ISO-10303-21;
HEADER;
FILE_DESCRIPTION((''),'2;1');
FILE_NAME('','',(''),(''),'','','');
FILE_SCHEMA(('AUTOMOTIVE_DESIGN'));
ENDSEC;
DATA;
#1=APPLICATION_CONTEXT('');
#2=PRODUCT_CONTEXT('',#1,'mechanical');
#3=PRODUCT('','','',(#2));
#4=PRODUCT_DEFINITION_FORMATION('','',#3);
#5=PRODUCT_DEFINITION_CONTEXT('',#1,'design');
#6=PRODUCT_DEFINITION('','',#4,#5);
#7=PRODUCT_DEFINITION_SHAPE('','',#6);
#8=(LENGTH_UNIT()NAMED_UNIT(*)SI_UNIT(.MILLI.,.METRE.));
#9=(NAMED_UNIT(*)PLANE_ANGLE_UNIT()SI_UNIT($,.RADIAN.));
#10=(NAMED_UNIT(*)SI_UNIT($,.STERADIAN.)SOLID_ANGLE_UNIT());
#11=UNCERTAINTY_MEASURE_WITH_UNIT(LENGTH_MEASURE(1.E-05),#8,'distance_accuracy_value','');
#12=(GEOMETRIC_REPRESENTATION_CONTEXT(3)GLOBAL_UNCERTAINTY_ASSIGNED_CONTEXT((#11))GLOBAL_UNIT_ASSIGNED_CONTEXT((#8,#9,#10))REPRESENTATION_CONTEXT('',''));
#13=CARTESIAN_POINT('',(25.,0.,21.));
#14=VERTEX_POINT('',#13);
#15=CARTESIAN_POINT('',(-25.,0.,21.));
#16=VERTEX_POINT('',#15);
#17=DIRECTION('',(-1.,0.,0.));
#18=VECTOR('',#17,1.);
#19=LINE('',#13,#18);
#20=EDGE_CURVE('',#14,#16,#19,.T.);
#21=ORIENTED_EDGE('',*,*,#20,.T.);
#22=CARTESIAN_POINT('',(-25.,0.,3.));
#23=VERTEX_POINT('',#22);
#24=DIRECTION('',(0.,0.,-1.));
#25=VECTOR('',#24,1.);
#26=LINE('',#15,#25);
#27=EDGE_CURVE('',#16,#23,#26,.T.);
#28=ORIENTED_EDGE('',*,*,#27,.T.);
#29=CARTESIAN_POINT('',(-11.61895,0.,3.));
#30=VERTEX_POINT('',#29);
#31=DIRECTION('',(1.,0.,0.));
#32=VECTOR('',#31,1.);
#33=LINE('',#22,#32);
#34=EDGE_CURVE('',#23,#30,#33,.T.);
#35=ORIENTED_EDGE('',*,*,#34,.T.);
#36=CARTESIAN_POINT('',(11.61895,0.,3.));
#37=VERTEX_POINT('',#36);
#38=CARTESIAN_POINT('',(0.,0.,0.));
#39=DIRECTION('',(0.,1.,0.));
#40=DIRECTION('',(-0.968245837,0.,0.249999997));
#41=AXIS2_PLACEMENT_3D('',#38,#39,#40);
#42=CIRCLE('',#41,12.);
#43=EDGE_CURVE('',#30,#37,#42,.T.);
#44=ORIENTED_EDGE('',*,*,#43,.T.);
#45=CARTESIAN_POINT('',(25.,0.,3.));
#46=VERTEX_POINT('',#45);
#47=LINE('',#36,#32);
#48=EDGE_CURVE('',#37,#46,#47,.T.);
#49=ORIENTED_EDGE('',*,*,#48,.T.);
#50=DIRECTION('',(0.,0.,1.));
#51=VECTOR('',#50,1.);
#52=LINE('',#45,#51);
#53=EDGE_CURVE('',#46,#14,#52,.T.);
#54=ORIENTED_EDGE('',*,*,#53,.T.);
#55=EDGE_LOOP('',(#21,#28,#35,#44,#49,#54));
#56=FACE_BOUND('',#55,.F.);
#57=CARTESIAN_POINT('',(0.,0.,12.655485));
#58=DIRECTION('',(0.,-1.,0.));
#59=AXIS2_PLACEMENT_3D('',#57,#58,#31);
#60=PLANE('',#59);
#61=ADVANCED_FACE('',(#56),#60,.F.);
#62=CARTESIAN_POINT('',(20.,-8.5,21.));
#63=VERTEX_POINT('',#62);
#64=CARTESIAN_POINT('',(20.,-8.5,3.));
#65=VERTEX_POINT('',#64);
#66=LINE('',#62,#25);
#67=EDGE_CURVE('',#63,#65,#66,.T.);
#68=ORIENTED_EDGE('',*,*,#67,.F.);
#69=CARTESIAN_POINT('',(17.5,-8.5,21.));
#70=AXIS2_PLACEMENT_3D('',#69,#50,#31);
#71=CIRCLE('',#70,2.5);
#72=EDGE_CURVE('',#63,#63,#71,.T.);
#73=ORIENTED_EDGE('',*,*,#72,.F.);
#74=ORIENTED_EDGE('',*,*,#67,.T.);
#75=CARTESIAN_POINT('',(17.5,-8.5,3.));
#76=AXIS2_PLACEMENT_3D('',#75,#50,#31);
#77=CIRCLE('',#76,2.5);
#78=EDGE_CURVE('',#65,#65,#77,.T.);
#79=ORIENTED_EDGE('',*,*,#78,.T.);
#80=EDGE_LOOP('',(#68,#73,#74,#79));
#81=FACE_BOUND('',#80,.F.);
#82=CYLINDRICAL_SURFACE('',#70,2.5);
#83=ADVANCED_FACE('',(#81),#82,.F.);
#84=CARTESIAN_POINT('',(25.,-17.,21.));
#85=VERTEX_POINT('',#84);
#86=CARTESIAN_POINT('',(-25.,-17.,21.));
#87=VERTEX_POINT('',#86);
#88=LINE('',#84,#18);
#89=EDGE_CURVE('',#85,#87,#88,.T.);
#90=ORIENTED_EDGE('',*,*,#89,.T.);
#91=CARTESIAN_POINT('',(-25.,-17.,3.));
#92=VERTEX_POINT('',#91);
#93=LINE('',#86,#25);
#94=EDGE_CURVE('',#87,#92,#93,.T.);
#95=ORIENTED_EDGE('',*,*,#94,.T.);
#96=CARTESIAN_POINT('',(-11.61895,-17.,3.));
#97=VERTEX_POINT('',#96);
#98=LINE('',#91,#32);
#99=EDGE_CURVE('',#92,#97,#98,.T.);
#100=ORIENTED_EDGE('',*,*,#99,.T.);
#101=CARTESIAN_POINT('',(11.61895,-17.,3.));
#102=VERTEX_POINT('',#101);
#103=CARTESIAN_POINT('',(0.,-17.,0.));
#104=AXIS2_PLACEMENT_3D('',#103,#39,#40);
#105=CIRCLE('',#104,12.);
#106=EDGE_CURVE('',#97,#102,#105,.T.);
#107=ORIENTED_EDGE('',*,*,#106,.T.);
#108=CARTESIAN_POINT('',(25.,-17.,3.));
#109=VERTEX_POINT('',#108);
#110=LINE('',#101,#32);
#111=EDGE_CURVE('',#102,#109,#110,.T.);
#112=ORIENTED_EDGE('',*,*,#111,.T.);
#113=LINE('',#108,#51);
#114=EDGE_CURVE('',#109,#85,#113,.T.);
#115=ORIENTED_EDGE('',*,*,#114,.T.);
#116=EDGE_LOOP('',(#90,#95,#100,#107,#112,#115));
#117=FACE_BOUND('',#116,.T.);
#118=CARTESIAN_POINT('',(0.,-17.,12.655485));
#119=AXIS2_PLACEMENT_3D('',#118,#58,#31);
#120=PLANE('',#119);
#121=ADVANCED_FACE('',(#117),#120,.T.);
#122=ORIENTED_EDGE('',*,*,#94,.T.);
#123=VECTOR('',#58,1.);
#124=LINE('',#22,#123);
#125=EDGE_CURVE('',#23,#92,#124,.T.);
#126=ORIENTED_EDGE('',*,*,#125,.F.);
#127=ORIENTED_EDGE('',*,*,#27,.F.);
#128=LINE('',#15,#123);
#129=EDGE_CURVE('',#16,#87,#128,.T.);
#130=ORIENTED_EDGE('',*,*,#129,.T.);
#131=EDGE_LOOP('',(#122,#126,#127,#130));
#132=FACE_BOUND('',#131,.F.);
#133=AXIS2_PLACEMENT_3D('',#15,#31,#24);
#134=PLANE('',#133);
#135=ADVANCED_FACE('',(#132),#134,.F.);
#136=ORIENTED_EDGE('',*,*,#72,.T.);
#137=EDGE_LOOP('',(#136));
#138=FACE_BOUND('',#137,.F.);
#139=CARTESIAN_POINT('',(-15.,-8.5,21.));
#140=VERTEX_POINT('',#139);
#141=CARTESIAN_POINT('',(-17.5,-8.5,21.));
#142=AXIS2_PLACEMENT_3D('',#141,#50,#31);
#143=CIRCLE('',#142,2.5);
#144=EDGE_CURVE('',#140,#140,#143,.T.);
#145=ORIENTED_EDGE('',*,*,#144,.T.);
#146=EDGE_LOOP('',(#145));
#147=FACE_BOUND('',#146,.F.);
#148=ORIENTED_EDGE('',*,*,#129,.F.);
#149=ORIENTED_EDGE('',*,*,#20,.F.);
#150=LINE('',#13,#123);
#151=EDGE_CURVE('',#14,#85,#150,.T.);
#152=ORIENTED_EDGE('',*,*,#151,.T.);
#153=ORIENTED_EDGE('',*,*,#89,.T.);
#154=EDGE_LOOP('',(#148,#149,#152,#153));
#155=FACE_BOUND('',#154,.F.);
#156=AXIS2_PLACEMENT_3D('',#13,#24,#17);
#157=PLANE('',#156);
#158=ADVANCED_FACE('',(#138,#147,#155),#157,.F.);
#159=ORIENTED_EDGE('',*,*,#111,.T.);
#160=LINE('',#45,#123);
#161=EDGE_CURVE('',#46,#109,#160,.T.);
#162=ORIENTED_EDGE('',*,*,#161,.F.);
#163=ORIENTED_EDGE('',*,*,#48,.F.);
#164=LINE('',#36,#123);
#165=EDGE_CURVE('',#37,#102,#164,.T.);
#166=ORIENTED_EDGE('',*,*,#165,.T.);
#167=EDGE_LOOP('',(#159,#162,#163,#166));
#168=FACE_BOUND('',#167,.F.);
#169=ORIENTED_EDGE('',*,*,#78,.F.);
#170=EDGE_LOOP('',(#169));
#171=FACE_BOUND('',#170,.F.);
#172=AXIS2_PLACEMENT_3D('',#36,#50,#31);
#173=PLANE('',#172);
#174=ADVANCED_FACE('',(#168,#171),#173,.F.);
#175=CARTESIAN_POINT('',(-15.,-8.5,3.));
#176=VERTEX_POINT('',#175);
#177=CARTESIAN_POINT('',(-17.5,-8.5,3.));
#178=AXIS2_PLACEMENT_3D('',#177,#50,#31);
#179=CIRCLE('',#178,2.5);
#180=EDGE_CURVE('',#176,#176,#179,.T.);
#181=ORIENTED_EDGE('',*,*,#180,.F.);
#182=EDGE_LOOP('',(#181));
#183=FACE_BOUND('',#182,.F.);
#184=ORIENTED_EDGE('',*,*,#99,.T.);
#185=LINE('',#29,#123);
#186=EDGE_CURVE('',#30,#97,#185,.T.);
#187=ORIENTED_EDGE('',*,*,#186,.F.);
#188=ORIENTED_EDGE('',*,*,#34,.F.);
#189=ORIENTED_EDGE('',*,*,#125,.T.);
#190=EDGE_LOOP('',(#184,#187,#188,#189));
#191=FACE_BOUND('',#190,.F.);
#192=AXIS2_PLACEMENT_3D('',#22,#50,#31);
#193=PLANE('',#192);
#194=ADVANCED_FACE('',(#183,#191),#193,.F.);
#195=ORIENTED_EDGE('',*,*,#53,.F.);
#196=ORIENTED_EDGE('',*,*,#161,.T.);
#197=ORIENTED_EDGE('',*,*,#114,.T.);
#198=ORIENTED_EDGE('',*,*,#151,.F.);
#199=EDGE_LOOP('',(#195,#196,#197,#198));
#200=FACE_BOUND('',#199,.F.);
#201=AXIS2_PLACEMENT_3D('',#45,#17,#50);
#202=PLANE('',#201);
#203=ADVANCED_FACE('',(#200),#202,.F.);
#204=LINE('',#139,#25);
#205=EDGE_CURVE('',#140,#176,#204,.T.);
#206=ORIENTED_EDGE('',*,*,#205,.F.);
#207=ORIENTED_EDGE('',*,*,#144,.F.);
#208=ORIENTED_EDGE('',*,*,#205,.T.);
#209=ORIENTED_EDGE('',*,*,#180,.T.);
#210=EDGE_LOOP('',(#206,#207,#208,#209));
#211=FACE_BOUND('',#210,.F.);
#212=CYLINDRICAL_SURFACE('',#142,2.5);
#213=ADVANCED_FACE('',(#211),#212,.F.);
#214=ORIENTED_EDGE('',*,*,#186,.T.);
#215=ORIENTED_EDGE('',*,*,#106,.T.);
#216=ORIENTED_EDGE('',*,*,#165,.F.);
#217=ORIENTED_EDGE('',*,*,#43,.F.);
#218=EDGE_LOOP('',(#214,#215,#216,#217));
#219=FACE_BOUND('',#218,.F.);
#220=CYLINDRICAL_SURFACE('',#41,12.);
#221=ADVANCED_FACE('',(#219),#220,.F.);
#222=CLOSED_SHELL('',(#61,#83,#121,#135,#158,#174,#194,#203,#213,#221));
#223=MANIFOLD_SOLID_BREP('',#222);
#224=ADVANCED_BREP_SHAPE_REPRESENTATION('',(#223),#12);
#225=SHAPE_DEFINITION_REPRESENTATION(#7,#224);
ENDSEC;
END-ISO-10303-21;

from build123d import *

# Parameters (mm, degrees)
F1_DEPTH = 17
F2_R     = 2.5
F3_DEPTH = 44.289937


with BuildPart() as f1:
    # F0 (on Front) → F1 (new body)
    with BuildSketch(Plane.XZ):
        with BuildLine():
            ThreePointArc((-11.61895, 3), (0, 12), (11.61895, 3))
            Line((11.61895, 3), (25, 3))
            Line((25, 3), (25, 21))
            Line((25, 21), (-25, 21))
            Line((-25, 21), (-25, 3))
            Line((-25, 3), (-11.61895, 3))
        make_face()
    extrude(amount=F1_DEPTH)

    # F2 (on face) → F3 (cut)
    with BuildSketch(Plane.XY.offset(21)):
        with Locations((-17.5, -8.5)):
            Circle(F2_R)
        with Locations((17.5, -8.5)):
            Circle(F2_R)
    extrude(amount=-F3_DEPTH, mode=Mode.SUBTRACT)


solid = f1.part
★ ★ ★ ★
**What to produce**
In the material above, transcribe exactly the lines beginning at the one with "#85=VERTEX_POINT('',#84);" and ending at the one with "#99=EDGE_CURVE('',#92,#97,#98,.T.);", both included.

**Reply**
#85=VERTEX_POINT('',#84);
#86=CARTESIAN_POINT('',(-25.,-17.,21.));
#87=VERTEX_POINT('',#86);
#88=LINE('',#84,#18);
#89=EDGE_CURVE('',#85,#87,#88,.T.);
#90=ORIENTED_EDGE('',*,*,#89,.T.);
#91=CARTESIAN_POINT('',(-25.,-17.,3.));
#92=VERTEX_POINT('',#91);
#93=LINE('',#86,#25);
#94=EDGE_CURVE('',#87,#92,#93,.T.);
#95=ORIENTED_EDGE('',*,*,#94,.T.);
#96=CARTESIAN_POINT('',(-11.61895,-17.,3.));
#97=VERTEX_POINT('',#96);
#98=LINE('',#91,#32);
#99=EDGE_CURVE('',#92,#97,#98,.T.);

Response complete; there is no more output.